» **What to produce**
When you reach the line with "line L8 (-8.6166, 38.7215)" in the data below, begin printing lines exactly, and stop once the line with "line L5 (0, 6.9) -> (6.9, 0)" has been printed.

Dataset records START

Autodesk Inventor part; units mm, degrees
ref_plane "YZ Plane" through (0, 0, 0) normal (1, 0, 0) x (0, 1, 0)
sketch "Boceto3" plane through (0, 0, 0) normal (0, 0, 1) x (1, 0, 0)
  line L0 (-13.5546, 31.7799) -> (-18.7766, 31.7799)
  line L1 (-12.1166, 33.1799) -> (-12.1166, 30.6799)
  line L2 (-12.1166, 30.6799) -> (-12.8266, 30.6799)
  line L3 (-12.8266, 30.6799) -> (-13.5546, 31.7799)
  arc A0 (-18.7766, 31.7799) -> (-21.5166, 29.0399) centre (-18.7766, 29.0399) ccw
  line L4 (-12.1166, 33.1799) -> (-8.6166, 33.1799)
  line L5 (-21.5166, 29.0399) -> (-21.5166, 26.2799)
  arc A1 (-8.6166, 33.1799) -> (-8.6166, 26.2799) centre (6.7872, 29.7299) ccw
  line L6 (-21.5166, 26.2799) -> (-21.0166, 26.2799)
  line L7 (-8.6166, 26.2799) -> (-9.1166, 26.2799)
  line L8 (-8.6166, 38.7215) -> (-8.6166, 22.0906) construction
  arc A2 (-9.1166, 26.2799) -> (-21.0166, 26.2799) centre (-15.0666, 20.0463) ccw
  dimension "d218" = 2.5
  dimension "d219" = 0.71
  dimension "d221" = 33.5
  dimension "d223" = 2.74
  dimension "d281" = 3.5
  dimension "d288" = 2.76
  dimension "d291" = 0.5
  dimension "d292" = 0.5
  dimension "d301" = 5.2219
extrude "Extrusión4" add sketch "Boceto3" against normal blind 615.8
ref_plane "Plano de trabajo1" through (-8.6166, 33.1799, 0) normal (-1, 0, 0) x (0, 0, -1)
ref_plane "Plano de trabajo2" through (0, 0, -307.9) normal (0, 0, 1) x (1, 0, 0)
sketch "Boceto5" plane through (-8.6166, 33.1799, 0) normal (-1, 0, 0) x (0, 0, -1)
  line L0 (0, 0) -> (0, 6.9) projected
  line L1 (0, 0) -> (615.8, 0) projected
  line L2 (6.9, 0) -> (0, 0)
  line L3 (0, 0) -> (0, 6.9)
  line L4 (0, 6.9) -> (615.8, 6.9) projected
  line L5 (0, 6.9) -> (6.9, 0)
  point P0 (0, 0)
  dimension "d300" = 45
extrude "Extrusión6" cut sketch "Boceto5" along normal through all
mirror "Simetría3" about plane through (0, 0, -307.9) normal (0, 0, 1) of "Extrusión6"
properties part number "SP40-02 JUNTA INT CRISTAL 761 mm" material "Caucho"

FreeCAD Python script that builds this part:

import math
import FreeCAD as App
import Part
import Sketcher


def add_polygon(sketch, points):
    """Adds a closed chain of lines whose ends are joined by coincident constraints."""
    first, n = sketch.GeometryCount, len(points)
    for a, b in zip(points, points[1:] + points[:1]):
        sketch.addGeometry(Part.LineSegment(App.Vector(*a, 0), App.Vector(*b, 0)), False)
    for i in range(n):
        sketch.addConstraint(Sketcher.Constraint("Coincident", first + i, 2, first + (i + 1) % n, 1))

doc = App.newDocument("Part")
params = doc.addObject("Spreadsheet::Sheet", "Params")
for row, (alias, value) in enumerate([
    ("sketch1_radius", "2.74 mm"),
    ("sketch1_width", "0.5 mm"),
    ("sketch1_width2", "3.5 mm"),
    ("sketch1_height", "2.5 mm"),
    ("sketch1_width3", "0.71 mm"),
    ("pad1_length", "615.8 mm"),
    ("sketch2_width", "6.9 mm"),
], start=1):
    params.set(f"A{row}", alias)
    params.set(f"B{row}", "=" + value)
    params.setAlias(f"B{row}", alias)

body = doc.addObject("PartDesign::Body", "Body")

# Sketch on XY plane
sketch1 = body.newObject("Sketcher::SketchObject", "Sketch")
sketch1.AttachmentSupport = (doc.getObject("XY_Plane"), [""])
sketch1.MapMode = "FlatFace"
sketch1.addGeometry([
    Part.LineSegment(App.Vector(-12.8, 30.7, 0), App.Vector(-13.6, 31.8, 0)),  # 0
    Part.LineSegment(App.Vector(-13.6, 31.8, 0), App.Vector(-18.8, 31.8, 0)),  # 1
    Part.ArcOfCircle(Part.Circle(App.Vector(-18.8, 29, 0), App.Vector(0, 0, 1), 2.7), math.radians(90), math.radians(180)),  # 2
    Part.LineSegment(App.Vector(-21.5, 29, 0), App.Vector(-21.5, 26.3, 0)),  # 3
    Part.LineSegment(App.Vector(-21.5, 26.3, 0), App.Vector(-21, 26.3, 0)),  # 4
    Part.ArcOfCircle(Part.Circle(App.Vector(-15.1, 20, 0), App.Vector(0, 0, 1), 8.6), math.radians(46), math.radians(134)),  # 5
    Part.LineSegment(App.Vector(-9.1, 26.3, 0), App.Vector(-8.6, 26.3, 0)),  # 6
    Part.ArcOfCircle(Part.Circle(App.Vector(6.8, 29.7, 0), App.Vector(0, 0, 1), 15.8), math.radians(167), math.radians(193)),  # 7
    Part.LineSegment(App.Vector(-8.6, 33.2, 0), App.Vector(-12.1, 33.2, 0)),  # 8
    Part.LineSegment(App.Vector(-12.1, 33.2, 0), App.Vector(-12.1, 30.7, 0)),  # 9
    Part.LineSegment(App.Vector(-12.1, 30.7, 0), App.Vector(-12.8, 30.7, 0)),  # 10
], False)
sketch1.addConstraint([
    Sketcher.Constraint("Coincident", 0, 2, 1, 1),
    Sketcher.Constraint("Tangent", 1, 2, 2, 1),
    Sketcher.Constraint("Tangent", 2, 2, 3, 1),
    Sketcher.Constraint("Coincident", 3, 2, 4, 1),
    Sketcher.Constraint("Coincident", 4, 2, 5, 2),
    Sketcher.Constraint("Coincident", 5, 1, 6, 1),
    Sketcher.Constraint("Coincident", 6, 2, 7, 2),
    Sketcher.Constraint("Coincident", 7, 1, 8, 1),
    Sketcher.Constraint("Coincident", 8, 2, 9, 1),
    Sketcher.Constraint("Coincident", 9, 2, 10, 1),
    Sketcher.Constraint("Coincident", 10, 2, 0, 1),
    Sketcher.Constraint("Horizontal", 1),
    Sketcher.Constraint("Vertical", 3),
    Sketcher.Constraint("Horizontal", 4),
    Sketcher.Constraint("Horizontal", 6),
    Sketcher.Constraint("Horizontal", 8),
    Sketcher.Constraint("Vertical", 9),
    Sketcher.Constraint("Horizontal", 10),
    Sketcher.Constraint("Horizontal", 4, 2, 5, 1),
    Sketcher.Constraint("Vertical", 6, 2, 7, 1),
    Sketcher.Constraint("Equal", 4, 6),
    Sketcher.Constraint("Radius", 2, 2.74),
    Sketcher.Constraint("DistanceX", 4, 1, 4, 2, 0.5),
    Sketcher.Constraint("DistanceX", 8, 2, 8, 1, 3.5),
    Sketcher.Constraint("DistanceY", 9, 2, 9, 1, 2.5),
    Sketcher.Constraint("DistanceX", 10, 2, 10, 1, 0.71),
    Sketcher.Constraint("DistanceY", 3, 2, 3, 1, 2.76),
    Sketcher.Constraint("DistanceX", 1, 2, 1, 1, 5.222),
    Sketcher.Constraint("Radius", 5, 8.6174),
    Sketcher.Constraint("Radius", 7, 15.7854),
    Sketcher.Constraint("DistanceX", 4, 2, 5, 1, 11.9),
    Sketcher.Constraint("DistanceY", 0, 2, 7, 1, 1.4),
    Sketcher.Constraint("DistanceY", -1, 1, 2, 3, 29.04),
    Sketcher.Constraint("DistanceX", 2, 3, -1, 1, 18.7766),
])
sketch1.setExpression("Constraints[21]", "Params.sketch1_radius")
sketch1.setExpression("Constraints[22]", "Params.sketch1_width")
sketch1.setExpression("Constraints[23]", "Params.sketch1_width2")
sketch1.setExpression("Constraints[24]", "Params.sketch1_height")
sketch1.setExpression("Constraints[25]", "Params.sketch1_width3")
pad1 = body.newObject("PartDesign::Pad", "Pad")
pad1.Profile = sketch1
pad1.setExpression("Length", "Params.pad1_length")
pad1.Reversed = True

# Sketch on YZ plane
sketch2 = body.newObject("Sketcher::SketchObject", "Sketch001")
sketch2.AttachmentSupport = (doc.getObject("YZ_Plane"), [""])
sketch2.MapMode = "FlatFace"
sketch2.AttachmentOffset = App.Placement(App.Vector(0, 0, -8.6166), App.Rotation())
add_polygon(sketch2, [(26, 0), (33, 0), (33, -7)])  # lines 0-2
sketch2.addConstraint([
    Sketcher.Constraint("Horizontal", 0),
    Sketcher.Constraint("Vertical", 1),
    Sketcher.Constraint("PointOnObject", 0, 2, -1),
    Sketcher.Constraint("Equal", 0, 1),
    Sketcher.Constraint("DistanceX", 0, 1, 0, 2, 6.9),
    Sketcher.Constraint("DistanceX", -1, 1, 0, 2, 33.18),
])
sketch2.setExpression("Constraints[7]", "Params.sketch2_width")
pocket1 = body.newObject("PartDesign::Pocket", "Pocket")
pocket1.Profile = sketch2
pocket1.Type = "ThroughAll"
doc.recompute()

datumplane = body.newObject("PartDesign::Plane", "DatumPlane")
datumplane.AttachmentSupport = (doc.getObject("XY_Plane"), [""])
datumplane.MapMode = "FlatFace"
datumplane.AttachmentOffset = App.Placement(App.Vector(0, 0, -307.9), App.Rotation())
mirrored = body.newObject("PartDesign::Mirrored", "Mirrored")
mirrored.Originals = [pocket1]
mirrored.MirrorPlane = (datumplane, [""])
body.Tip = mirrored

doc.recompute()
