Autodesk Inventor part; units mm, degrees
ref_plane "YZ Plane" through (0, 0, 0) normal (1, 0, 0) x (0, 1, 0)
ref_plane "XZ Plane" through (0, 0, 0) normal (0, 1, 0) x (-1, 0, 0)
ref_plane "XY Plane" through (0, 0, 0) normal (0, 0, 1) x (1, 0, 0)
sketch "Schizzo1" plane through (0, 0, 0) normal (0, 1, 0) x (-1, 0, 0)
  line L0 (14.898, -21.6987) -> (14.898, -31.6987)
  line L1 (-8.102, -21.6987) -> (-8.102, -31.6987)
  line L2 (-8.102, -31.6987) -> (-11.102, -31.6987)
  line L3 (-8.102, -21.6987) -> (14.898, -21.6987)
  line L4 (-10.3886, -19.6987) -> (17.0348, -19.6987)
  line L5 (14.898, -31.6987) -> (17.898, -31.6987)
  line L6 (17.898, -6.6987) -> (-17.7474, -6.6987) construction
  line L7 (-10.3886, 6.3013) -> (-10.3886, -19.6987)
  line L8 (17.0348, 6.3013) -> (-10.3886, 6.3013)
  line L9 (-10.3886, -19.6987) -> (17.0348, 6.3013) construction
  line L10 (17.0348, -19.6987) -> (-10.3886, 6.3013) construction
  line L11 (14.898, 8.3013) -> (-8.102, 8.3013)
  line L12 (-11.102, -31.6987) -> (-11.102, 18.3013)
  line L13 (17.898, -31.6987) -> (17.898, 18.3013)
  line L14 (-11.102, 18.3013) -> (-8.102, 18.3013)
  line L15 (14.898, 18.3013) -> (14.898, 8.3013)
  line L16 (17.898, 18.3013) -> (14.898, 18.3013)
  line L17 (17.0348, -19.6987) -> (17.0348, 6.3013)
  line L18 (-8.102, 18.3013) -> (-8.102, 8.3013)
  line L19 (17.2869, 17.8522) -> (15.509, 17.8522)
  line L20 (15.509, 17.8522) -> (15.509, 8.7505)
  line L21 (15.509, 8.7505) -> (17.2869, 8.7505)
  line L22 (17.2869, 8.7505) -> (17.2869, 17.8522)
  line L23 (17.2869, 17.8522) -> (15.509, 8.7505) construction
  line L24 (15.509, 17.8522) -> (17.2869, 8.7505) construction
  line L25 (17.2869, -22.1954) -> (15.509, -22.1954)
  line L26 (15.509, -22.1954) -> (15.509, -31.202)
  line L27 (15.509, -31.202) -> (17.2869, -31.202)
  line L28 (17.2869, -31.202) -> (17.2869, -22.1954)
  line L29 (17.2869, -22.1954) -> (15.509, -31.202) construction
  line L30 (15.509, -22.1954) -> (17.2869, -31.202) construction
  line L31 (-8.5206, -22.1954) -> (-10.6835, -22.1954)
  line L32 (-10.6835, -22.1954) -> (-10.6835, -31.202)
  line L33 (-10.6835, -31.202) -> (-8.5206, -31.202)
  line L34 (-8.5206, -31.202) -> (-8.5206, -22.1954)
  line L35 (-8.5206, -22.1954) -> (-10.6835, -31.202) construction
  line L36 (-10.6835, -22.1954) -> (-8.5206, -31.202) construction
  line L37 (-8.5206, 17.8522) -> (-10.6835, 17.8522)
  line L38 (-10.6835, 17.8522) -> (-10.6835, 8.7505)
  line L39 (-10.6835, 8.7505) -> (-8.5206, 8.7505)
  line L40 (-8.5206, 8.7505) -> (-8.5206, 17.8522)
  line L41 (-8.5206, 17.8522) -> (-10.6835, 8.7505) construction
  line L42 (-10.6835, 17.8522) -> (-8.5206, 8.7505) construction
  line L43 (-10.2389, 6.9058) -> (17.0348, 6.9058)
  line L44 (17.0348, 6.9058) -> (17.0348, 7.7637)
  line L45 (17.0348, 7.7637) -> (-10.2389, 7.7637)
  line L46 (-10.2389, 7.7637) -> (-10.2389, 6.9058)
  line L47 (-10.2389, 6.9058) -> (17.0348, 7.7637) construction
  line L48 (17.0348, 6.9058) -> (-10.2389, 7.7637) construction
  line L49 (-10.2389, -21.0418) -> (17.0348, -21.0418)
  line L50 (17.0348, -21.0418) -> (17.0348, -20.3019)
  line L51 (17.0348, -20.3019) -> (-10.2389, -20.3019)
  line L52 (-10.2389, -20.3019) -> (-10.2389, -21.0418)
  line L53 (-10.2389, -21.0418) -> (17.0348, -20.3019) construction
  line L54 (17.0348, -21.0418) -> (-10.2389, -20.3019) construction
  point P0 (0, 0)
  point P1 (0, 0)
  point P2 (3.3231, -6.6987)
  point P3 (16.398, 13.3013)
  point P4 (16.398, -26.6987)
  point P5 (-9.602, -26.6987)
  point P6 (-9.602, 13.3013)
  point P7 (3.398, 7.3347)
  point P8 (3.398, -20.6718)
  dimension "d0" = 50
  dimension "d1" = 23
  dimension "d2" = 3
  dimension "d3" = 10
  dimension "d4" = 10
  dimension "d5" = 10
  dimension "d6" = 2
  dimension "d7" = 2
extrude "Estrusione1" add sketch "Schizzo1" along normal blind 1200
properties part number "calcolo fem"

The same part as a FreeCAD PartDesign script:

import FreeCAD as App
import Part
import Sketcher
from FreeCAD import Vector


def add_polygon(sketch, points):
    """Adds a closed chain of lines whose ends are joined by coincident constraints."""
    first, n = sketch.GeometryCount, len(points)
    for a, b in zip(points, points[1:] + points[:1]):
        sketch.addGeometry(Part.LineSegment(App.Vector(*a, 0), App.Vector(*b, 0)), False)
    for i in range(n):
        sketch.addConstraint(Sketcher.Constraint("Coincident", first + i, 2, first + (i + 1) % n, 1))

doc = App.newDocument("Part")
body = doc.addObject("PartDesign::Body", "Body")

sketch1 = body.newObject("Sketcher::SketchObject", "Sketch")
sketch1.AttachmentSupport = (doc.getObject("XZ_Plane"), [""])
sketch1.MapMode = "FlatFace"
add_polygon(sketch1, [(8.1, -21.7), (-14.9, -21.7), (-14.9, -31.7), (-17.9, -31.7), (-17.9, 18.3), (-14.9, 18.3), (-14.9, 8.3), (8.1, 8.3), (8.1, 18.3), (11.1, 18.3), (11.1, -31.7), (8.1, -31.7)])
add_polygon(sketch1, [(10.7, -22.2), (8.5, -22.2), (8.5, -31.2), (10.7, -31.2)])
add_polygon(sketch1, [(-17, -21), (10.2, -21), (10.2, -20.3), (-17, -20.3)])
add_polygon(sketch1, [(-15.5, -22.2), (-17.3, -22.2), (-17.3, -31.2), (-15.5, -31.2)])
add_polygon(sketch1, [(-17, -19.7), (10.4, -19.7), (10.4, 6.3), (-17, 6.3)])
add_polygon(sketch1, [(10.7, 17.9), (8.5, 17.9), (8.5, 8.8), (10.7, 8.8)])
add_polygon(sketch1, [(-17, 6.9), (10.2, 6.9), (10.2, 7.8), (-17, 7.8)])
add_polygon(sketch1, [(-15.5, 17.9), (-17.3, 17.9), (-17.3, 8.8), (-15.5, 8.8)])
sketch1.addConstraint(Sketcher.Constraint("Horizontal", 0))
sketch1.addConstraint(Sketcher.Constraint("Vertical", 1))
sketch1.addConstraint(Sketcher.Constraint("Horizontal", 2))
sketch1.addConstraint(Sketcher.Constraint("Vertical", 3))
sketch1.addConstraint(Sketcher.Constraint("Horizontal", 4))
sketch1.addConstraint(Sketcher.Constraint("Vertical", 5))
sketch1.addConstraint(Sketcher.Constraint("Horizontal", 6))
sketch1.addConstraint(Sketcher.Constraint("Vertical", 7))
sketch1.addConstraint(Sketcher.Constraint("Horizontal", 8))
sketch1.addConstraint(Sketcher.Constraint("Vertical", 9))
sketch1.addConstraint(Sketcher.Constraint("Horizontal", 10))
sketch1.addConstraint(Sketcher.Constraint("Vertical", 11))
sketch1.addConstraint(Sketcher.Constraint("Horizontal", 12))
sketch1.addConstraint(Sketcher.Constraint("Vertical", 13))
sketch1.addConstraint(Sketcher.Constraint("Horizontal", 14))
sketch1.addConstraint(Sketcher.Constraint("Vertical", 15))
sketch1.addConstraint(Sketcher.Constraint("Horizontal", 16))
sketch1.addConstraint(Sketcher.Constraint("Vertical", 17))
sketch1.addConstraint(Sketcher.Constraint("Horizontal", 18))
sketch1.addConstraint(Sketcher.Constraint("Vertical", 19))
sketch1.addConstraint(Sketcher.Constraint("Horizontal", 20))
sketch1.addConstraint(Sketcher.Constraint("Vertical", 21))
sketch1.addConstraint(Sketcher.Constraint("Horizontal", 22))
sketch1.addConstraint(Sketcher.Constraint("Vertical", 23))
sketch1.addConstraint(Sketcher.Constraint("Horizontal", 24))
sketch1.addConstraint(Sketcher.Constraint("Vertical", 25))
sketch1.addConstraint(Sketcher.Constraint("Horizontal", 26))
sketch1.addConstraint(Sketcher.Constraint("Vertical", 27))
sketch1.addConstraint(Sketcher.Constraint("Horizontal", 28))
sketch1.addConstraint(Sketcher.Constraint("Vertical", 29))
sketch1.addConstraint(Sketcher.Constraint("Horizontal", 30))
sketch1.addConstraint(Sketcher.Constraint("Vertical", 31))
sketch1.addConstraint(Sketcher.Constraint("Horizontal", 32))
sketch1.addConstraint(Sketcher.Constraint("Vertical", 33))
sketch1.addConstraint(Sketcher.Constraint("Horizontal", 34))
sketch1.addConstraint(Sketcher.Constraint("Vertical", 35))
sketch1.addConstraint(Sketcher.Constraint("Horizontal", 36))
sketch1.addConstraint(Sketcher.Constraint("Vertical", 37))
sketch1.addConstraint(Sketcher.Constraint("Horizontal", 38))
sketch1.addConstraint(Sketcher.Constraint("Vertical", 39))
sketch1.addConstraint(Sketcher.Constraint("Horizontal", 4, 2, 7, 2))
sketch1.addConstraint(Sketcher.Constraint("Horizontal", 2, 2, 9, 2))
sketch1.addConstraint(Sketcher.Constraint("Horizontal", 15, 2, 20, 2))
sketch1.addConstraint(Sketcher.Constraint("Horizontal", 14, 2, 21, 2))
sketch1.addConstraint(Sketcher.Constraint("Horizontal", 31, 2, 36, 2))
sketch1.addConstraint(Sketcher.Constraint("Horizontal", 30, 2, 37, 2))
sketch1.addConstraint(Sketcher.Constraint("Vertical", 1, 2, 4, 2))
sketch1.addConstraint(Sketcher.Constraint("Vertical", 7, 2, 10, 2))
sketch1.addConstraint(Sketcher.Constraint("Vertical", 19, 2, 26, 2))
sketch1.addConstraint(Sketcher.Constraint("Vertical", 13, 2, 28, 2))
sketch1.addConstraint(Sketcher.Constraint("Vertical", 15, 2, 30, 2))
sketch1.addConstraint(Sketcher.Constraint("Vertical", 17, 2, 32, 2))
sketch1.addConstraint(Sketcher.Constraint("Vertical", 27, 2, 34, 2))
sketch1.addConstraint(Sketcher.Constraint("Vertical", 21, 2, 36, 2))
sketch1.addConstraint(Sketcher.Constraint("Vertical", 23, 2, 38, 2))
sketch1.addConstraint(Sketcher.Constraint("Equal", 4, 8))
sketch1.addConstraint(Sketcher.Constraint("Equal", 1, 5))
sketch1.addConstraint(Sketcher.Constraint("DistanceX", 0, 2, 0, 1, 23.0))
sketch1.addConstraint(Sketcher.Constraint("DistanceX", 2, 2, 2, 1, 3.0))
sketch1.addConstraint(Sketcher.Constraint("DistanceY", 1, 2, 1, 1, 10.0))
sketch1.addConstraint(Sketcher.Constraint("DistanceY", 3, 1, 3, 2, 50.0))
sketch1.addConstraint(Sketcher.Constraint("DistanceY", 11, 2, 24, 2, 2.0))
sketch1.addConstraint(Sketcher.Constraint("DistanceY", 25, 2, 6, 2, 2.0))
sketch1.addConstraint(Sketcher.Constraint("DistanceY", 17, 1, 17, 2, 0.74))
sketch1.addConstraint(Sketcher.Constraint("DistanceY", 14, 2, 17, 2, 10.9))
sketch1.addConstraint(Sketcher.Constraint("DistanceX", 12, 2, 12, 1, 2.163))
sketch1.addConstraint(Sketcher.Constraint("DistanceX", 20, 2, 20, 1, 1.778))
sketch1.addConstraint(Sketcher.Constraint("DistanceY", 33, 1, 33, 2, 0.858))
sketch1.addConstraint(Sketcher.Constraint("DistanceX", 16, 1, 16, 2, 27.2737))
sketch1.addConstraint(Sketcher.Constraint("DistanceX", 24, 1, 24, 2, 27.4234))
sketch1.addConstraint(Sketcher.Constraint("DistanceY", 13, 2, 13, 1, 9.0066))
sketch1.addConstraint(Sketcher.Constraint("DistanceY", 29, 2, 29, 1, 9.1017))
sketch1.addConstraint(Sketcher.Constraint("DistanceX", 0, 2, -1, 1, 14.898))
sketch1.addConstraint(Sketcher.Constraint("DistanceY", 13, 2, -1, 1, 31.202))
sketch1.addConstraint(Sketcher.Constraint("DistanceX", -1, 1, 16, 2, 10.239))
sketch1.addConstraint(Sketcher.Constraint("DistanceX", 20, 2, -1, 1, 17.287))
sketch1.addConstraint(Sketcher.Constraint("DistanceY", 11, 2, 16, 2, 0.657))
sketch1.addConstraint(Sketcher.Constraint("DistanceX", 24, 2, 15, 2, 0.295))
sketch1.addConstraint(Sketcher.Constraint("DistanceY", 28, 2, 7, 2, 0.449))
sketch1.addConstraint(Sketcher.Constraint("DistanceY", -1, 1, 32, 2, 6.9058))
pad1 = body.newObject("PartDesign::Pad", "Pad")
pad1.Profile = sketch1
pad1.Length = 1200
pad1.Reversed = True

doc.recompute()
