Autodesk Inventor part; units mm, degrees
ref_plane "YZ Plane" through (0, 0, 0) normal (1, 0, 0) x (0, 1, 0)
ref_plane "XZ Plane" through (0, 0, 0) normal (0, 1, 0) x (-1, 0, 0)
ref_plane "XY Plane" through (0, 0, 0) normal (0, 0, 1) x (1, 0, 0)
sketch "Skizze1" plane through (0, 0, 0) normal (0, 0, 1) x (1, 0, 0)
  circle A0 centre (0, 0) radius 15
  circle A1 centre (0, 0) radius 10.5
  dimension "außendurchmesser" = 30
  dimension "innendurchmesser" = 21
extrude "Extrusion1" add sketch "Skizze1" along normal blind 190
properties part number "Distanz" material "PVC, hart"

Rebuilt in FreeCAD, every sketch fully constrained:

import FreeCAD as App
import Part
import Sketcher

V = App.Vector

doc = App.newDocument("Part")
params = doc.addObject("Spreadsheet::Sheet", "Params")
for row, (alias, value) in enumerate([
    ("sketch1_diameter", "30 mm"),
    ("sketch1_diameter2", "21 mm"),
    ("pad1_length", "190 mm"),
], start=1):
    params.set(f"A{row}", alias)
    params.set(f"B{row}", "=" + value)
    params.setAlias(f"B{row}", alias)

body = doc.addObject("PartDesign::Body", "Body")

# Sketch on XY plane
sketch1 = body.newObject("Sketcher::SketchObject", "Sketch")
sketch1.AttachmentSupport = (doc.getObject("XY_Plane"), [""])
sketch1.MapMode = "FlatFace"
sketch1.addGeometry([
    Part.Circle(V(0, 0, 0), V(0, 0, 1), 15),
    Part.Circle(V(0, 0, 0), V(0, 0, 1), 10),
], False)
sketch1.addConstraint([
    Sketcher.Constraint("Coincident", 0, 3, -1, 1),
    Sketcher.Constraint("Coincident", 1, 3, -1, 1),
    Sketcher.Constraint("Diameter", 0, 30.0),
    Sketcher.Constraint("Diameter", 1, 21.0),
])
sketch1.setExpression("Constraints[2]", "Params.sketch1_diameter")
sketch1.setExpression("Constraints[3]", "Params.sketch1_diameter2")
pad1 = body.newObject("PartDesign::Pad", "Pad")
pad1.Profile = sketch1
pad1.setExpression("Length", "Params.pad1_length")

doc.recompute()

Dataset records END

» **Response to the exercise**
  line L8 (-8.6166, 38.7215) -> (-8.6166, 22.0906) construction
  arc A2 (-9.1166, 26.2799) -> (-21.0166, 26.2799) centre (-15.0666, 20.0463) ccw
  dimension "d218" = 2.5
  dimension "d219" = 0.71
  dimension "d221" = 33.5
  dimension "d223" = 2.74
  dimension "d281" = 3.5
  dimension "d288" = 2.76
  dimension "d291" = 0.5
  dimension "d292" = 0.5
  dimension "d301" = 5.2219
extrude "Extrusión4" add sketch "Boceto3" against normal blind 615.8
ref_plane "Plano de trabajo1" through (-8.6166, 33.1799, 0) normal (-1, 0, 0) x (0, 0, -1)
ref_plane "Plano de trabajo2" through (0, 0, -307.9) normal (0, 0, 1) x (1, 0, 0)
sketch "Boceto5" plane through (-8.6166, 33.1799, 0) normal (-1, 0, 0) x (0, 0, -1)
  line L0 (0, 0) -> (0, 6.9) projected
  line L1 (0, 0) -> (615.8, 0) projected
  line L2 (6.9, 0) -> (0, 0)
  line L3 (0, 0) -> (0, 6.9)
  line L4 (0, 6.9) -> (615.8, 6.9) projected
  line L5 (0, 6.9) -> (6.9, 0)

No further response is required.